Maggi jaisi koi nahin..


----------



## azzu (Sep 28, 2007)

^^ ur also in maggi CLUB ?


----------



## shady_inc (Sep 28, 2007)

Yup...Have to survive on it often when no one's home...


----------



## azzu (Sep 28, 2007)

^^ same here but when no one's HOME i hav diff plans


----------



## shady_inc (Sep 28, 2007)

azzu said:
			
		

> ^^ same here but when no one's HOME i hav diff plans



LOL 
Me too....


----------



## infra_red_dude (Sep 28, 2007)

i seriously think you should contact the company and send the packets to them.


----------



## praka123 (Sep 28, 2007)

eating maggi occassionally is OK.regular Maggi eaters contribute to the prolifiration of *nitrogen, carbon dioxide, oxygen, methane, and hydrogen sulfide* in atmosphere and their rooms.who makes the neighbors flew off.


----------



## azzu (Sep 28, 2007)

^^^ hey not on to the dark side 
i mean bringing 40/- lays sum softdrinks(soft ) N yes maggi sum good hollywood movie close all the doors N lights full AC and get the theatre feeling


----------



## ilugd (Sep 28, 2007)

^^^ LOL. This is blasphemy. The duplicators should be stoned. 
By the way how is maggi spelled in the duplicated packets? Maggie?


----------



## Rollercoaster (Sep 28, 2007)

r u sure it is fake. there r new packings all the time to keep the product looking fresh and attractive.
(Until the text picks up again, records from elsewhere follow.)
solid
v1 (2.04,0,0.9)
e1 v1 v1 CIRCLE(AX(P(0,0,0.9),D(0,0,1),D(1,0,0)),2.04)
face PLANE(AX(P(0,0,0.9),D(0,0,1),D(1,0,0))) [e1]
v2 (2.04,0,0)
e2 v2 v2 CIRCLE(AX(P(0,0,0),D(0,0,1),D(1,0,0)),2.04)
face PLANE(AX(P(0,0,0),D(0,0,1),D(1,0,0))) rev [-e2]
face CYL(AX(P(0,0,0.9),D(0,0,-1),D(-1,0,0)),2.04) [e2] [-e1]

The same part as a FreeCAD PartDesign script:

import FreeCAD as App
import Part
import Sketcher

V = App.Vector
Q = App.Units.Quantity

doc = App.newDocument("Part")
body = doc.addObject("PartDesign::Body", "Body")

# Sketch on XY plane
sketch1 = doc.addObject("Sketcher::SketchObject", "Sketch")
body.addObject(sketch1)
sketch1.AttachmentSupport = (doc.XY_Plane, [""])
sketch1.MapMode = "FlatFace"
sketch1.addGeometry(Part.Circle(V(0, 0, 0), V(0, 0, 1), 2), False)
sketch1.addConstraint([
    Sketcher.Constraint("Coincident", 0, 3, -1, 1),
    Sketcher.Constraint("Diameter", 0, Q("4.08 mm")),
])
pad1 = doc.addObject("PartDesign::Pad", "Pad")
body.addObject(pad1)
pad1.Profile = sketch1
pad1.Length = 0.9

doc.recompute()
but if it really is fake then that is bad news for noodles lovers like me. best would be buy only from reliable and known shopkeepers...


----------



## Asfaq (Sep 28, 2007)

phew.. finally there is one thread with no "report this to the admins/mods" on it..  On a different note.. looks like i'll have to check my dinner everyday now.. sigh


----------



## The_Devil_Himself (Sep 28, 2007)

^^Do you eat maggi for dinner everyday?lols.
Seriously guys even _desi ghee_ and sweets can be duplicated than maggi is no big deal.O man I stopped eating sweets after they showed they are made from urea and all on TV,it looks like I will have to part with my favourite maggi now.


----------



## Asfaq (Sep 28, 2007)

^ Ya.. trust me.. thats the only thing I know how to make.. lol


----------



## Harvik780 (Sep 28, 2007)

I'll post the pic of the original and fake magiee packets.Today there is flood in my city due to heavy rains.


----------



## SunnyChahal (Sep 28, 2007)

i like maggie and couldnt tolerate any duplicacy  in that.


----------



## The_Devil_Himself (Sep 28, 2007)

Asfaq said:
			
		

> ^ Ya.. trust me.. thats the only thing I know how to make.. lol


 Dude then its high time you get married.lols.I mean then you wont have to worry about food and laundry(or maybe then you will be doing double the work).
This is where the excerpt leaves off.